---
name: agentic-error-recovery
description: Review or design error recovery for agentic AI systems. Use when an agent pipeline fails silently, loops forever, double-executes actions, or when hardening an agent for production — covers retries, idempotency, loop guards, fallbacks, and observability.
---

# Agentic Error Recovery Review

You are hardening an agentic AI system (LLM agents with tool use, multi-step plans, or autonomous loops) for production. Agents fail differently from normal services: the failure is often a *plausible wrong action*, not an exception. Review the system against each failure class below; for each, report what exists, what's missing, and the concrete fix.

## Failure class 1 — The model output is wrong or malformed

- Tool-call arguments are schema-validated before execution, and validation failures are sent back to the model for repair (bounded to 2–3 attempts) instead of crashing the run.
- Free-text outputs that downstream code parses (JSON, dates, IDs) go through a tolerant parser plus a repair prompt, never a bare JSON.parse.
- Hallucinated references (nonexistent file paths, record IDs, URLs) are checked against reality before acting on them.

## Failure class 2 — The action executed, then something failed

This is the dangerous one.
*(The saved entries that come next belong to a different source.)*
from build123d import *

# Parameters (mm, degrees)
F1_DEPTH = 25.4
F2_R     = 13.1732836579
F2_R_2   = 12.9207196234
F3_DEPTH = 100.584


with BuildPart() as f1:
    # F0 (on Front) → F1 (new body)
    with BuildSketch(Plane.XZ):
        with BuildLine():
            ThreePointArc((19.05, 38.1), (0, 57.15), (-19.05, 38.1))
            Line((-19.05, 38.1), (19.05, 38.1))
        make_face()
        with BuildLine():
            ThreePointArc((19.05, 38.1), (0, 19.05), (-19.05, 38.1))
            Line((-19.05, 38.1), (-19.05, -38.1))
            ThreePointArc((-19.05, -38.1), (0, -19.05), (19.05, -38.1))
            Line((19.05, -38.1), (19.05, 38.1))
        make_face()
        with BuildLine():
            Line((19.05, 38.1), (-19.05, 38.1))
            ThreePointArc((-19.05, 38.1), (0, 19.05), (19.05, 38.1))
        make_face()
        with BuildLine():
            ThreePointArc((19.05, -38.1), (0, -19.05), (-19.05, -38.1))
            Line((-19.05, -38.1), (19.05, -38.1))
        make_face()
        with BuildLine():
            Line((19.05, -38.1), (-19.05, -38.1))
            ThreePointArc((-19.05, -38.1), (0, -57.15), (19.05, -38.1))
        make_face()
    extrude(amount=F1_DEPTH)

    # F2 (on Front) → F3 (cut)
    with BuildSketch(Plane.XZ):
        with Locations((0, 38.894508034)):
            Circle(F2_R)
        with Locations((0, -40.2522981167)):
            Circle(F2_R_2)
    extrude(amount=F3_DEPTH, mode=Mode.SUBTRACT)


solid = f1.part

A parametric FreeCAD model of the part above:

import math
import FreeCAD as App
import Part
import Sketcher
Q = App.Units.Quantity

doc = App.newDocument("Part")
body = doc.addObject("PartDesign::Body", "Body")

# Sketch on XZ plane
sketch1 = body.newObject("Sketcher::SketchObject", "Sketch")
sketch1.AttachmentSupport = (doc.getObject("XZ_Plane"), [""])
sketch1.MapMode = "FlatFace"
sketch1.addGeometry([
    Part.ArcOfCircle(Part.Circle(App.Vector(0, 38, 0), App.Vector(0, 0, 1), 19), math.radians(0), math.radians(180)),
    Part.LineSegment(App.Vector(-19, 38, 0), App.Vector(-19, -38, 0)),
    Part.ArcOfCircle(Part.Circle(App.Vector(0, -38, 0), App.Vector(0, 0, 1), 19), math.radians(180), math.radians(360)),
    Part.LineSegment(App.Vector(19, -38, 0), App.Vector(19, 38, 0)),
], False)
sketch1.addConstraint([
    Sketcher.Constraint("Tangent", 0, 2, 1, 1),
    Sketcher.Constraint("Tangent", 1, 2, 2, 1),
    Sketcher.Constraint("Tangent", 2, 2, 3, 1),
    Sketcher.Constraint("Tangent", 3, 2, 0, 1),
    Sketcher.Constraint("Vertical", 1),
    Sketcher.Constraint("Vertical", 3),
    Sketcher.Constraint("Symmetric", 0, 3, 2, 3, -1, 1),
    Sketcher.Constraint("DistanceY", 1, 2, 1, 1, Q("3 in")),
    Sketcher.Constraint("Radius", 0, Q("0.75 in")),
])
pad1 = body.newObject("PartDesign::Pad", "Pad")
pad1.Profile = sketch1
pad1.Length = Q("1 in")

# Sketch on XZ plane
sketch2 = body.newObject("Sketcher::SketchObject", "Sketch001")
sketch2.AttachmentSupport = (doc.getObject("XZ_Plane"), [""])
sketch2.MapMode = "FlatFace"
sketch2.addGeometry([
    Part.Circle(App.Vector(0, 39, 0), App.Vector(0, 0, 1), 13),
    Part.Circle(App.Vector(0, -40, 0), App.Vector(0, 0, 1), 13),
], False)
sketch2.addConstraint([
    Sketcher.Constraint("PointOnObject", 0, 3, -2),
    Sketcher.Constraint("PointOnObject", 1, 3, -2),
    Sketcher.Constraint("Diameter", 1, 25.841439),
    Sketcher.Constraint("Diameter", 0, 26.346567),
    Sketcher.Constraint("DistanceY", 1, 3, -1, 1, 40.252298),
    Sketcher.Constraint("DistanceY", -1, 1, 0, 3, 38.894508),
])
pocket1 = body.newObject("PartDesign::Pocket", "Pocket")
pocket1.Profile = sketch2
pocket1.Length = Q("3.96 in")
pocket1.Reversed = True

doc.recompute()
An agent that retries a step containing a side effect will double-send the email, double-charge, double-post.

- Every tool with a side effect is classified: idempotent / idempotent-with-key / unsafe-to-retry.
- Unsafe tools use idempotency keys derived from the run + step, or a check-before-write pattern.
- The agent's transcript/journal records side effects as committed BEFORE reporting success, so a crash between action and record can be detected on resume.
- Resume logic replays from the journal rather than re-planning from scratch when possible.

## Failure class 3 — Loops and runaway behavior

- Hard ceilings exist: max steps per run, max tokens per run, max wall-clock, max cost. Each ceiling has a defined behavior when hit (fail loudly, summarize partial progress — never silently truncate).
- Loop detection: identical tool call with identical args N times in a row aborts with a diagnostic, not another retry.
- Sub-agent spawning (if any) has depth and fan-out limits.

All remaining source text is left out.